[Stored data]

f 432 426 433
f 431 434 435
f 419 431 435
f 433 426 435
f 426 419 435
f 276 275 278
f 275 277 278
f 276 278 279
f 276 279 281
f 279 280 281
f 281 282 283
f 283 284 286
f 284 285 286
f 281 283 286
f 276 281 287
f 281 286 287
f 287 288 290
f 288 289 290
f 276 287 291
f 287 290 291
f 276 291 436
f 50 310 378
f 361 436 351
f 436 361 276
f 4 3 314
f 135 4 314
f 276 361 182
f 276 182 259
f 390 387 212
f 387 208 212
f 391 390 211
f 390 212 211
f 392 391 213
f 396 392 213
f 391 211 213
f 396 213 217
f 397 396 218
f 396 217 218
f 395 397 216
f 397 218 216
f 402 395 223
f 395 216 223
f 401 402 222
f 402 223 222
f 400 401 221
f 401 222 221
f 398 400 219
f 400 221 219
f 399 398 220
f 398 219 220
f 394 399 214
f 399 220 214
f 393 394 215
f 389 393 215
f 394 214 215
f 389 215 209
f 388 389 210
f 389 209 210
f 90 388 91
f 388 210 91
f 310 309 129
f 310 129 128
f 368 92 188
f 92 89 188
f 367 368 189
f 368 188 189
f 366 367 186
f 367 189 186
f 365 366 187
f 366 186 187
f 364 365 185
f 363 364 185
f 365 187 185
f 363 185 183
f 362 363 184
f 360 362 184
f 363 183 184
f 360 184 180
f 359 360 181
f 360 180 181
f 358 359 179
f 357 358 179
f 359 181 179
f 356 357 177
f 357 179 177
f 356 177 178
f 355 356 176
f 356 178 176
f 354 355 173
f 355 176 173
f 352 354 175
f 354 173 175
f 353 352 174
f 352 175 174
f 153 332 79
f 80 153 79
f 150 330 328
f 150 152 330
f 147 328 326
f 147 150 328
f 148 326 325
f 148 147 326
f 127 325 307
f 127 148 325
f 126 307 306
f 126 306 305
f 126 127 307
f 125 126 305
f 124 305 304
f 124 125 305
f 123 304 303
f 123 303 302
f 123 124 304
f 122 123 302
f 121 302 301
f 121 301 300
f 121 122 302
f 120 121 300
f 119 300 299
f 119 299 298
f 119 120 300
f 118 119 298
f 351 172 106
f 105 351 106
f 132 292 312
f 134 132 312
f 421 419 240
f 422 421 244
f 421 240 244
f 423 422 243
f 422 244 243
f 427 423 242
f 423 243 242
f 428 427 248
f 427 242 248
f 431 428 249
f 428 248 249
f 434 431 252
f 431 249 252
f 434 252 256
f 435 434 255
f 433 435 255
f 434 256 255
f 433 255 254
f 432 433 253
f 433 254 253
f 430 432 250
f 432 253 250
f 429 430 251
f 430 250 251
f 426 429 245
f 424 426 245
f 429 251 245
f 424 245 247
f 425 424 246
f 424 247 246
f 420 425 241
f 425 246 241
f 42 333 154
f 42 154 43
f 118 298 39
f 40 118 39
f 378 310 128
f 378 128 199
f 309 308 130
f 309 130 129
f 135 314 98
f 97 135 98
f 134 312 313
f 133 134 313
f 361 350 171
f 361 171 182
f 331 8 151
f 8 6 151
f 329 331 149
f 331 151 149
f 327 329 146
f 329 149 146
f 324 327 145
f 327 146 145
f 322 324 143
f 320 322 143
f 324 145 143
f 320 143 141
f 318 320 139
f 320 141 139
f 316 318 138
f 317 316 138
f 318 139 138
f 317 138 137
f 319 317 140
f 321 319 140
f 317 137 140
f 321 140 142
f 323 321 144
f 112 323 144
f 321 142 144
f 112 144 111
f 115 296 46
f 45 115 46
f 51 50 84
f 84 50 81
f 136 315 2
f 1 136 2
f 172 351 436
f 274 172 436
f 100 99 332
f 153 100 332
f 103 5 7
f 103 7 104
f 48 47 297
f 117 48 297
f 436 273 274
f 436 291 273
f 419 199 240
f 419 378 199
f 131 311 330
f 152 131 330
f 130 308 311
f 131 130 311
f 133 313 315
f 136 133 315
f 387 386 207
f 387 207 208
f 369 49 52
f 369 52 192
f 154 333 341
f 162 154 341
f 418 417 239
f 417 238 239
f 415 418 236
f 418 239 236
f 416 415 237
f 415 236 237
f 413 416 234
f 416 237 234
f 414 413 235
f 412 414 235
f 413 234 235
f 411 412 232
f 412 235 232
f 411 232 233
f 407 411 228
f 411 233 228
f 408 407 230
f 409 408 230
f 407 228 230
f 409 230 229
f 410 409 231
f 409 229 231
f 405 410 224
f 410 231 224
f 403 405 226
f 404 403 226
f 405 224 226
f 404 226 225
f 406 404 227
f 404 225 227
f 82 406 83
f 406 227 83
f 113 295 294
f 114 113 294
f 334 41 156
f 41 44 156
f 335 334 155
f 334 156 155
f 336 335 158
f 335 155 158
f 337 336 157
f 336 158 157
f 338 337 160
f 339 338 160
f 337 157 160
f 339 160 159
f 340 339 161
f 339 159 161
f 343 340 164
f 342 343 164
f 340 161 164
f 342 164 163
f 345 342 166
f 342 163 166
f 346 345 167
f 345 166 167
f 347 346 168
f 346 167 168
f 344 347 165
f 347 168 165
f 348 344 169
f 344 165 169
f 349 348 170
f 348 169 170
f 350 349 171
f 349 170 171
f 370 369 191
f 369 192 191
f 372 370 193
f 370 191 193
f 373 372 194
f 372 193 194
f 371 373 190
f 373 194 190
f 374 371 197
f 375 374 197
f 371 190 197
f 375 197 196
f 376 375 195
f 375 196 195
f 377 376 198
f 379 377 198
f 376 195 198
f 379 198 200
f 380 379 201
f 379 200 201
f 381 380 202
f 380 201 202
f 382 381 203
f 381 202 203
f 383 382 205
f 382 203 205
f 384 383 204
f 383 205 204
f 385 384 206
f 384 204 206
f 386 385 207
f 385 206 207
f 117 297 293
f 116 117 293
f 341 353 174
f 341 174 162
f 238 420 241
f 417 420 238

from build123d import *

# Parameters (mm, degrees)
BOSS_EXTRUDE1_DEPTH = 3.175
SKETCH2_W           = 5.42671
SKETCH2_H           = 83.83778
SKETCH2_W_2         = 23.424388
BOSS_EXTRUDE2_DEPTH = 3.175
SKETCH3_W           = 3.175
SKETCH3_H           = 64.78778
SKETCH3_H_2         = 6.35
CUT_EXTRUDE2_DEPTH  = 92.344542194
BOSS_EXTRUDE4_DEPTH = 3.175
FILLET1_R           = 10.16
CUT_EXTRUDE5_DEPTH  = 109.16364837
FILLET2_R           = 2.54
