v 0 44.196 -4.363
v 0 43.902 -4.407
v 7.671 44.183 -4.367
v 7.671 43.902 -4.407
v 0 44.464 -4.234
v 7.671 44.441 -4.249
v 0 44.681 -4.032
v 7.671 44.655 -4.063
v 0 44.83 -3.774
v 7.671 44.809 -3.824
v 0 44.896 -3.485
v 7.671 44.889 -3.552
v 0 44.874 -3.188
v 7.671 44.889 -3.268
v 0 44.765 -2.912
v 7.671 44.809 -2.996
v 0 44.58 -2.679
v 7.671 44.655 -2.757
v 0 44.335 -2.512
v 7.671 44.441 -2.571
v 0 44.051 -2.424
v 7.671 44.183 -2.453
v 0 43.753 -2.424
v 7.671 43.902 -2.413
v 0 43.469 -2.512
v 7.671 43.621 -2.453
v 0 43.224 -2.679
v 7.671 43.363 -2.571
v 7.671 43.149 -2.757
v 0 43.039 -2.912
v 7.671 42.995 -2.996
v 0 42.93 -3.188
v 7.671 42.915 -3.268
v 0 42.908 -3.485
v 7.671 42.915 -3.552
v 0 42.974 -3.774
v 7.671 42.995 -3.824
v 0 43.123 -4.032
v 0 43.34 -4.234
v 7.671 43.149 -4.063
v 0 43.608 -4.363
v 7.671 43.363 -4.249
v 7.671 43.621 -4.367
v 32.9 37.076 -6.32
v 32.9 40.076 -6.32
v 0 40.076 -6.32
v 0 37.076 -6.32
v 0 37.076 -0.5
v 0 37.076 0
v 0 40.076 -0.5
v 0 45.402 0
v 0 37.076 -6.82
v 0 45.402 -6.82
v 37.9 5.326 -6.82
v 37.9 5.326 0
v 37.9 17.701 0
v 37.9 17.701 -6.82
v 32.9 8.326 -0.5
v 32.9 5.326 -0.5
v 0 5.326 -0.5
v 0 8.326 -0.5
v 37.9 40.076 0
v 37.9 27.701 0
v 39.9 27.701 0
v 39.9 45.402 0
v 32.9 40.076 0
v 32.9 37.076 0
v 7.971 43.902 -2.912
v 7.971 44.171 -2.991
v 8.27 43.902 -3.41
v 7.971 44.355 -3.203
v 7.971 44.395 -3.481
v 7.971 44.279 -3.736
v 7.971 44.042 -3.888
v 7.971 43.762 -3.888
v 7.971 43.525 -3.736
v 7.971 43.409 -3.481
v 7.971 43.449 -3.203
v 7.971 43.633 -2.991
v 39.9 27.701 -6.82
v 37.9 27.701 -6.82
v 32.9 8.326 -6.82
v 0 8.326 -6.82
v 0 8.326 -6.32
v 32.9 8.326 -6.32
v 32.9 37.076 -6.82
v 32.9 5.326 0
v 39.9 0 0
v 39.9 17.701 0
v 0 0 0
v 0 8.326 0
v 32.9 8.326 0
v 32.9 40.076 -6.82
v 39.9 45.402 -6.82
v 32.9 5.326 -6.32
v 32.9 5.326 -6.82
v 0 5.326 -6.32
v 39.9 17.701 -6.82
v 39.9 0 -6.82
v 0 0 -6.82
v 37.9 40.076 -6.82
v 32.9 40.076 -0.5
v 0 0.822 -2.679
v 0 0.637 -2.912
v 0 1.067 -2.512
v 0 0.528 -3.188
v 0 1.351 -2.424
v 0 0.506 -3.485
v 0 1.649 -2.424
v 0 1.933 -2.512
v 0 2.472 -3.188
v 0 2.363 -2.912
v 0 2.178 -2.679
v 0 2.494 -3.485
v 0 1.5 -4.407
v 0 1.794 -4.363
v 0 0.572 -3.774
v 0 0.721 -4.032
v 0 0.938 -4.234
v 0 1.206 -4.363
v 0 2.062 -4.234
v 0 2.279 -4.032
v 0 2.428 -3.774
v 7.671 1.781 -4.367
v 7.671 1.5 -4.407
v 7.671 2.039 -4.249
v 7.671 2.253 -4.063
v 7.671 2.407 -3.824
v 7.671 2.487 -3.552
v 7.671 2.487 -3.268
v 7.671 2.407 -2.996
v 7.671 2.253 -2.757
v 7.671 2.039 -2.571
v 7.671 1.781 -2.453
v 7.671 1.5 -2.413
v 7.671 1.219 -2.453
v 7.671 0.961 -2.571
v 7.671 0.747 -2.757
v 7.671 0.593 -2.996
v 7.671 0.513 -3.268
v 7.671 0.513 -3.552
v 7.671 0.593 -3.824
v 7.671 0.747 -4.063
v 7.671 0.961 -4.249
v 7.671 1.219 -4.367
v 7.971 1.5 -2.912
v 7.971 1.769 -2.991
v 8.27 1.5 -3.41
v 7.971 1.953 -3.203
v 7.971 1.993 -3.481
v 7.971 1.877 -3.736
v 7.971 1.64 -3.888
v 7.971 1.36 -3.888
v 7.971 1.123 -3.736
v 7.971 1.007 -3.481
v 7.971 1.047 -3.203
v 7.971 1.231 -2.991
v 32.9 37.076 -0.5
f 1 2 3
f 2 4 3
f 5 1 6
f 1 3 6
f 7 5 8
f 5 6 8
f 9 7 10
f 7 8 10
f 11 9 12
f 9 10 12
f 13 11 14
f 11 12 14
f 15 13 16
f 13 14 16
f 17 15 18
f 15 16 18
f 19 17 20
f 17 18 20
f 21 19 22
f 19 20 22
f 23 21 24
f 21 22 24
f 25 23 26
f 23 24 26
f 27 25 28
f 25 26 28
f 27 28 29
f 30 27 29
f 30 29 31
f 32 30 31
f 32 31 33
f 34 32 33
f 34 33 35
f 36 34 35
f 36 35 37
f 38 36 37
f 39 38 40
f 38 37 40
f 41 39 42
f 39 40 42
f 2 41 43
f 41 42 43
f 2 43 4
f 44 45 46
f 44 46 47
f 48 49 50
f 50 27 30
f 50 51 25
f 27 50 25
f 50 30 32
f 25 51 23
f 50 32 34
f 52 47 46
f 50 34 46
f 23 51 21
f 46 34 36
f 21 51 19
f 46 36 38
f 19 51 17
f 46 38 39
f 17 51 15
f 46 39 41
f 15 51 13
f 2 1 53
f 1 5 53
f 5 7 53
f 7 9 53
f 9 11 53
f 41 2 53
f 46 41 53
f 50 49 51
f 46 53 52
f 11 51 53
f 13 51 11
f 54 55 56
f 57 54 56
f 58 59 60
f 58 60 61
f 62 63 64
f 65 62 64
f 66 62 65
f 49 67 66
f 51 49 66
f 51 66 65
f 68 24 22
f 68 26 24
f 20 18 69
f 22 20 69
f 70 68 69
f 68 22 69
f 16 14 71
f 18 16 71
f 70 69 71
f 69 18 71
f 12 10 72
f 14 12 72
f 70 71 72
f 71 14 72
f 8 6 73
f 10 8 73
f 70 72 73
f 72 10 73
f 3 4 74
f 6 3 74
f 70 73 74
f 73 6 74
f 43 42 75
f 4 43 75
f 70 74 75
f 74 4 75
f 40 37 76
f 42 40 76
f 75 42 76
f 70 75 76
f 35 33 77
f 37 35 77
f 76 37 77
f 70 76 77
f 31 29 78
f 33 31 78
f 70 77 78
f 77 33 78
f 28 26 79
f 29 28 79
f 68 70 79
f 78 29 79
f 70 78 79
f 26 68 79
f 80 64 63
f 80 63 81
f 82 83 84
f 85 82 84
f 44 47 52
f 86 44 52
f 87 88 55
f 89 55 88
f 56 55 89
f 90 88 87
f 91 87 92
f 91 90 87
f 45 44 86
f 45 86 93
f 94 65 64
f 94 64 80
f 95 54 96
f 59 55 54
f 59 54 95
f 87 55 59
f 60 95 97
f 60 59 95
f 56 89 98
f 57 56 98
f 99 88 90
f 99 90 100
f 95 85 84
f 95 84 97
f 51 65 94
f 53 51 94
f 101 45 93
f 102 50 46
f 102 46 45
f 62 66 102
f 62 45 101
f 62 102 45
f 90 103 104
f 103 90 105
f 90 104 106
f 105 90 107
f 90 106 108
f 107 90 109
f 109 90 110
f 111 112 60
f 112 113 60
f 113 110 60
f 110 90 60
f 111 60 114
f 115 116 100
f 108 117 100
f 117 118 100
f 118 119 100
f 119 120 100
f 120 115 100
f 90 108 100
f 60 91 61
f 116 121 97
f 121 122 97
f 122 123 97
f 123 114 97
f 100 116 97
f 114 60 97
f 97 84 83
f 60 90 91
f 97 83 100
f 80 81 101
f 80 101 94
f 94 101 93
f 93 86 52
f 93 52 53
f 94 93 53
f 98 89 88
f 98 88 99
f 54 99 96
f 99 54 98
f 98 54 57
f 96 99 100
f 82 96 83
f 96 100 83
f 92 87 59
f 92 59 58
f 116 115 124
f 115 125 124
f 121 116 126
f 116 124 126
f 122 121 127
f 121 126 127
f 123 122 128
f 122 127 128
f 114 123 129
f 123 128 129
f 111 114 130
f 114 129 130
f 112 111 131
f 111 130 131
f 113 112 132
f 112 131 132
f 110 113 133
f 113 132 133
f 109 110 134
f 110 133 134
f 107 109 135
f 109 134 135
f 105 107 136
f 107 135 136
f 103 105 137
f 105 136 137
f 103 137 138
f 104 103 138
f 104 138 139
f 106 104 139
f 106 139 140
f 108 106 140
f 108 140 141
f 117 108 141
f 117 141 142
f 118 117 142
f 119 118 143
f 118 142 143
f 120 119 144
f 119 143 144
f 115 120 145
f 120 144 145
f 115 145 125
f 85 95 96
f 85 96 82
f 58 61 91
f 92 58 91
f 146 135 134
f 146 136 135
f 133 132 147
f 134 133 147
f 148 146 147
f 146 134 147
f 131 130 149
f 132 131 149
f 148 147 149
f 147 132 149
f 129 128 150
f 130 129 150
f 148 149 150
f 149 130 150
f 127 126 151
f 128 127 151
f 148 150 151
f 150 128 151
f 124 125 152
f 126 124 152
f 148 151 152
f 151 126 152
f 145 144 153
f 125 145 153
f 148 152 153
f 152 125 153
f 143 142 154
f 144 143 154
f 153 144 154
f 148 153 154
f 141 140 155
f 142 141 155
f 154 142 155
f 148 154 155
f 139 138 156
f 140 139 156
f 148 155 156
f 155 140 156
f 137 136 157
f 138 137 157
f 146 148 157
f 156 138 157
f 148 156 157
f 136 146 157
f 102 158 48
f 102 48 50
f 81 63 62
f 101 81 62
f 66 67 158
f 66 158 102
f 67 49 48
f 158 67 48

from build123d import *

# Parameters (mm, degrees)
SKETCH1_W                 = 6.82
SKETCH1_H                 = 45.402
BOSS_EXTRUDE1_DEPTH       = 39.9
CUT_EXTRUDE1_DEPTH        = 35.9
CUT_EXTRUDE2_DEPTH        = 2
CUT_EXTRUDE4_DEPTH        = 7.82
F_3_48_TAPPED_HOLE1_D     = 1.9939
F_3_48_TAPPED_HOLE1_DEPTH = 7.671
F_3_48_TAPPED_HOLE1_TIP   = 0.599027994
CUT_EXTRUDE3_REACH        = 41.9
SKETCH6_W                 = 6.82
SKETCH6_H                 = 10


with BuildPart() as part:
    # Sketch1 → Boss-Extrude1 (new body)
    with BuildSketch(Plane(origin=(0, 0, 0), x_dir=(0, 0, -1), z_dir=(1, 0, 0))):
        with Locations((3.41, 22.701)):
            Rectangle(SKETCH1_W, SKETCH1_H)
    extrude(amount=BOSS_EXTRUDE1_DEPTH)

    # Sketch2 → Cut-Extrude1 (cut)
    with BuildSketch(Plane.ZY):
        Polygon((-6.32, 5.326), (-0.5, 5.326), (-0.5, 8.326), (0, 8.326), (0, 37.076), (-0.5, 37.076), (-0.5, 40.076), (-6.32, 40.076), (-6.32, 37.076), (-6.82, 37.076), (-6.82, 22.701), (-6.82, 8.326), (-6.32, 8.326), align=None)
    extrude(amount=-CUT_EXTRUDE1_DEPTH, mode=Mode.SUBTRACT)

    # Sketch3 → Cut-Extrude2 (cut)
    with BuildSketch(Plane.ZY.offset(-35.9)):
        Polygon((-6.32, 40.076), (-6.32, 37.076), (-6.82, 37.076), (-6.82, 8.326), (-6.32, 8.326), (-6.32, 5.326), (-0.5, 5.326), (-0.5, 8.326), (0, 8.326), (0, 37.076), (-0.5, 37.076), (-0.5, 40.076), align=None)
    extrude(amount=-CUT_EXTRUDE2_DEPTH, mode=Mode.SUBTRACT)

    # Sketch7 → Cut-Extrude4 (cut, through all)
    with BuildSketch(Plane.XY):
        Polygon((37.9, 37.076), (37.9, 8.326), (37.9, 5.326), (32.9, 5.326), (32.9, 40.076), (37.9, 40.076), align=None)
    extrude(amount=-CUT_EXTRUDE4_DEPTH, mode=Mode.SUBTRACT)

    # #3-48 Tapped Hole1
    with Locations(Plane.ZY):
        with Locations((-3.41, 1.5), (-3.41, 43.902)):
            Hole(F_3_48_TAPPED_HOLE1_D / 2, depth=F_3_48_TAPPED_HOLE1_DEPTH)
            with Locations((0, 0, -(F_3_48_TAPPED_HOLE1_DEPTH + F_3_48_TAPPED_HOLE1_TIP / 2))):  # 118° drill point
                Cone(0, F_3_48_TAPPED_HOLE1_D / 2, F_3_48_TAPPED_HOLE1_TIP, mode=Mode.SUBTRACT)

    # Sketch6 → Cut-Extrude3 (cut, up to next)
    with BuildSketch(Plane(origin=(39.9, 0, 0), x_dir=(0, 0, -1), z_dir=(1, 0, 0)), mode=Mode.PRIVATE) as cut_extrude3_sk1:
        with Locations((3.41, 22.701)):
            Rectangle(SKETCH6_W, SKETCH6_H)
    cut_extrude3_tool1 = extrude(cut_extrude3_sk1.sketch, amount=-CUT_EXTRUDE3_REACH, mode=Mode.PRIVATE) & part.part
    add(cut_extrude3_tool1.solids().sort_by_distance((39.9, 22.701, -3.41))[0], mode=Mode.SUBTRACT)


solid = part.part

◆ TASK
Your answer should be the lines above, from the line containing "f 351 172 106" up to and including the line containing "f 274 172 436", reproduced exactly and with nothing else.

◆ RESULT FOR THIS TASK
f 351 172 106
f 105 351 106
f 132 292 312
f 134 132 312
f 421 419 240
f 422 421 244
f 421 240 244
f 423 422 243
f 422 244 243
f 427 423 242
f 423 243 242
f 428 427 248
f 427 242 248
f 431 428 249
f 428 248 249
f 434 431 252
f 431 249 252
f 434 252 256
f 435 434 255
f 433 435 255
f 434 256 255
f 433 255 254
f 432 433 253
f 433 254 253
f 430 432 250
f 432 253 250
f 429 430 251
f 430 250 251
f 426 429 245
f 424 426 245
f 429 251 245
f 424 245 247
f 425 424 246
f 424 247 246
f 420 425 241
f 425 246 241
f 42 333 154
f 42 154 43
f 118 298 39
f 40 118 39
f 378 310 128
f 378 128 199
f 309 308 130
f 309 130 129
f 135 314 98
f 97 135 98
f 134 312 313
f 133 134 313
f 361 350 171
f 361 171 182
f 331 8 151
f 8 6 151
f 329 331 149
f 331 151 149
f 327 329 146
f 329 149 146
f 324 327 145
f 327 146 145
f 322 324 143
f 320 322 143
f 324 145 143
f 320 143 141
f 318 320 139
f 320 141 139
f 316 318 138
f 317 316 138
f 318 139 138
f 317 138 137
f 319 317 140
f 321 319 140
f 317 137 140
f 321 140 142
f 323 321 144
f 112 323 144
f 321 142 144
f 112 144 111
f 115 296 46
f 45 115 46
f 51 50 84
f 84 50 81
f 136 315 2
f 1 136 2
f 172 351 436
f 274 172 436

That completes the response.